Slow Horses von Mick Herron hat mir nach einer recht langsamen Anlaufphase, in der ich auch öfter mal verwirrt war, sehr gut gefallen, in der zweiten Hälfte zieht die Spannung mächtig an und man könnte sagen, es handele sich um einen Agententhriller für Leute, die keine Agententhriller mögen

Am Wochenende habe ich dann ziemlich auf einen Sitz Vincent von Joey Goebel durchgelesen. Ein alternder Medienzar glaubt wiedergutmachen zu müssen, was er im Laufe seiner Karriere an Mist in Film, Fernsehen, Literatur und Musik verbrochen hat, und gründet eine Organisation, die junge Künstler fördern und wieder Qualität in den Mainstream bringen soll. Zynische Prämisse: nur wer leidet, produziert wertvolle Kunst. Also bekommt jedes junge Talent einen "Manager" zur Seite gestellt, der dafür sorgen soll, dass der Künstler nie zu lange zu glücklich ist. Im Fall des schreibbegabten Vincent ist dieser Manager Harlan Eiffel, erfolgloser Musiker und Musikkritiker, der selbst die Nase voll von nichtssagenden Allerweltsbands und blödsinnigen Actionfilmen hat. Im Laufe der Zeit wächst ihm der sensible Vincent ans Herz, doch als er endlich so weit ist, mit der Quälerei des Jungen aufzuhören, ist es schon fast zu spät, noch gegenzusteuern. Bissig, anfangs für meinen Geschmack etwas arg satirisch, entwickelt sich dann aber zu einem sehr spannenden Gedankenexperiment. Und ich mochte die Kulturkritik.
Jetzt lese ich The Winter Soldier von Daniel Mason. Nichts für Zartbesaitete, aber mir gefällt die Geschichte des jungen Medizinstudenten Lucius, der im 1. Weltkrieg unversehens als vermeintlicher Arzt in einem primitiven Lazarett landet und mit seinen rudimentären Kenntnissen sein Bestes zu tun versucht, sehr gut bisher.

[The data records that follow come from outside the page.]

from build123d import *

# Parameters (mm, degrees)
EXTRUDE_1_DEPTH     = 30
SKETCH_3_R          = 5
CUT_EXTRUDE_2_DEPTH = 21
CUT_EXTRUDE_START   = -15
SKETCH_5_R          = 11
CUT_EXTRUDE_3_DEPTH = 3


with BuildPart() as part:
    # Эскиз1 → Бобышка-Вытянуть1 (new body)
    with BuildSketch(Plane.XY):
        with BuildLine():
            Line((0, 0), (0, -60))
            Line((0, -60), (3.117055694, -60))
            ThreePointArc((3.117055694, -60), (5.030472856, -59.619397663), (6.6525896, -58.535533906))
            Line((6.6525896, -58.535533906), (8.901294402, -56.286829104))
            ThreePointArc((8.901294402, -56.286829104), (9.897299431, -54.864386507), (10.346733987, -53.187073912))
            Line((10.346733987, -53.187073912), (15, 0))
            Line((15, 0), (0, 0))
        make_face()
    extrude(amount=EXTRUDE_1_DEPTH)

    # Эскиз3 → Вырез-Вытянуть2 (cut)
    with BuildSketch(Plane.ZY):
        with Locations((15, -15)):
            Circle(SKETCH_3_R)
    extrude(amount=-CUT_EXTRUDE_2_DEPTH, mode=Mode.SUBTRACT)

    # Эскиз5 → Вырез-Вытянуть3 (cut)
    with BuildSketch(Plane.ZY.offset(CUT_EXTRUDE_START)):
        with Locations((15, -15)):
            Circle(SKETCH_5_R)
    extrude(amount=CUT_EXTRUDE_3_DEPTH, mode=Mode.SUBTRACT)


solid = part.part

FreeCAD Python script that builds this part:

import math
import FreeCAD as App
import Part
import Sketcher
Q = App.Units.Quantity

doc = App.newDocument("Part")
body = doc.addObject("PartDesign::Body", "Body")

# Sketch on XY plane
sketch1 = body.newObject("Sketcher::SketchObject", "Sketch")
sketch1.AttachmentSupport = (doc.getObject("XY_Plane"), [""])
sketch1.MapMode = "FlatFace"
sketch1.addGeometry(Part.LineSegment(App.Vector(0, 0, 0), App.Vector(0, -60, 0)), False)
sketch1.addGeometry(Part.LineSegment(App.Vector(0, -60, 0), App.Vector(3.1, -60, 0)), False)
sketch1.addGeometry(Part.ArcOfCircle(Part.Circle(App.Vector(3.1, -55, 0), App.Vector(0, 0, 1), 5), math.radians(-90), math.radians(-45)), False)
sketch1.addGeometry(Part.LineSegment(App.Vector(6.7, -58.5, 0), App.Vector(8.9, -56.3, 0)), False)
sketch1.addGeometry(Part.ArcOfCircle(Part.Circle(App.Vector(5.4, -52.8, 0), App.Vector(0, 0, 1), 5), math.radians(-45), math.radians(-5)), False)
sketch1.addGeometry(Part.LineSegment(App.Vector(10.3, -53.2, 0), App.Vector(15, 0, 0)), False)
sketch1.addGeometry(Part.LineSegment(App.Vector(15, 0, 0), App.Vector(0, 0, 0)), False)
sketch1.addConstraint(Sketcher.Constraint("Coincident", 0, 2, 1, 1))
sketch1.addConstraint(Sketcher.Constraint("Tangent", 1, 2, 2, 1))
sketch1.addConstraint(Sketcher.Constraint("Tangent", 2, 2, 3, 1))
sketch1.addConstraint(Sketcher.Constraint("Tangent", 3, 2, 4, 1))
sketch1.addConstraint(Sketcher.Constraint("Tangent", 4, 2, 5, 1))
sketch1.addConstraint(Sketcher.Constraint("Coincident", 5, 2, 6, 1))
sketch1.addConstraint(Sketcher.Constraint("Coincident", 6, 2, 0, 1))
sketch1.addConstraint(Sketcher.Constraint("Vertical", 0))
sketch1.addConstraint(Sketcher.Constraint("Horizontal", 1))
sketch1.addConstraint(Sketcher.Constraint("Horizontal", 6))
sketch1.addConstraint(Sketcher.Constraint("Coincident", 6, 2, -1, 1))
sketch1.addConstraint(Sketcher.Constraint("Equal", 2, 4))
sketch1.addConstraint(Sketcher.Constraint("Radius", 2, Q("5 mm")))
sketch1.addConstraint(Sketcher.Constraint("DistanceX", 6, 2, 6, 1, Q("15 mm")))
sketch1.addConstraint(Sketcher.Constraint("DistanceY", 0, 2, 0, 1, Q("60 mm")))
sketch1.addConstraint(Sketcher.Constraint("Angle", 3, Q("45 deg")))
sketch1.addConstraint(Sketcher.Constraint("Angle", 5, Q("85 deg")))
sketch1.addConstraint(Sketcher.Constraint("Distance", 3, Q("3.180149 mm")))
pad1 = body.newObject("PartDesign::Pad", "Pad")
pad1.Profile = sketch1
pad1.Length = 30

# Sketch on YZ plane
sketch2 = body.newObject("Sketcher::SketchObject", "Sketch001")
sketch2.AttachmentSupport = (doc.getObject("YZ_Plane"), [""])
sketch2.MapMode = "FlatFace"
sketch2.addGeometry(Part.Circle(App.Vector(-15, 15, 0), App.Vector(0, 0, 1), 5), False)
sketch2.addConstraint(Sketcher.Constraint("Diameter", 0, Q("10 mm")))
sketch2.addConstraint(Sketcher.Constraint("DistanceX", 0, 3, -1, 1, Q("15 mm")))
sketch2.addConstraint(Sketcher.Constraint("DistanceY", -1, 1, 0, 3, Q("15 mm")))
pocket1 = body.newObject("PartDesign::Pocket", "Pocket")
pocket1.Profile = sketch2
pocket1.Length = 21
pocket1.Reversed = True

# Sketch on YZ plane
sketch3 = body.newObject("Sketcher::SketchObject", "Sketch002")
sketch3.AttachmentSupport = (doc.getObject("YZ_Plane"), [""])
sketch3.MapMode = "FlatFace"
sketch3.AttachmentOffset = App.Placement(App.Vector(0, 0, 15), App.Rotation())
sketch3.addGeometry(Part.Circle(App.Vector(-15, 15, 0), App.Vector(0, 0, 1), 11), False)
sketch3.addConstraint(Sketcher.Constraint("Diameter", 0, Q("22 mm")))
sketch3.addConstraint(Sketcher.Constraint("DistanceX", 0, 3, -1, 1, Q("15 mm")))
sketch3.addConstraint(Sketcher.Constraint("DistanceY", -1, 1, 0, 3, Q("15 mm")))
pocket2 = body.newObject("PartDesign::Pocket", "Pocket001")
pocket2.Profile = sketch3
pocket2.Length = 3

doc.recompute()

Und falls Euch interessiert, was ich während meiner Forumsabstinenz noch gelesen habe:
Dara Horn - Vor allen Nächten
Ihr Roman "Die kommende Welt" gefiel mir ausgesprochen gut, hiermit konnte mich die Autorin leider weniger begeistern, obwohl die Ausgangssituation spannend ist: um einer Zwangsheirat mit einer geistig behinderten reichen Erbin zu entgehen, meldet sich der junge Jude Jacob Rappaport anno 1861 freiwillig zum Nordstaaten-Militär. Dort findet man schnell heraus, dass er im Süden Familienangehörige mit guten Konföderiertenkontakten hat und setzt ihn als Meuchelmörder auf den eigenen Onkel an. Gewissenskonflikte sind natürlich vorprogrammiert. Als nächstes soll Jacob in eine Familie von Spionen einheiraten, blöderweise verliebt er sich aber tatsächlich in die schöne Jeannie und sitzt noch mehr zwischen den Stühlen.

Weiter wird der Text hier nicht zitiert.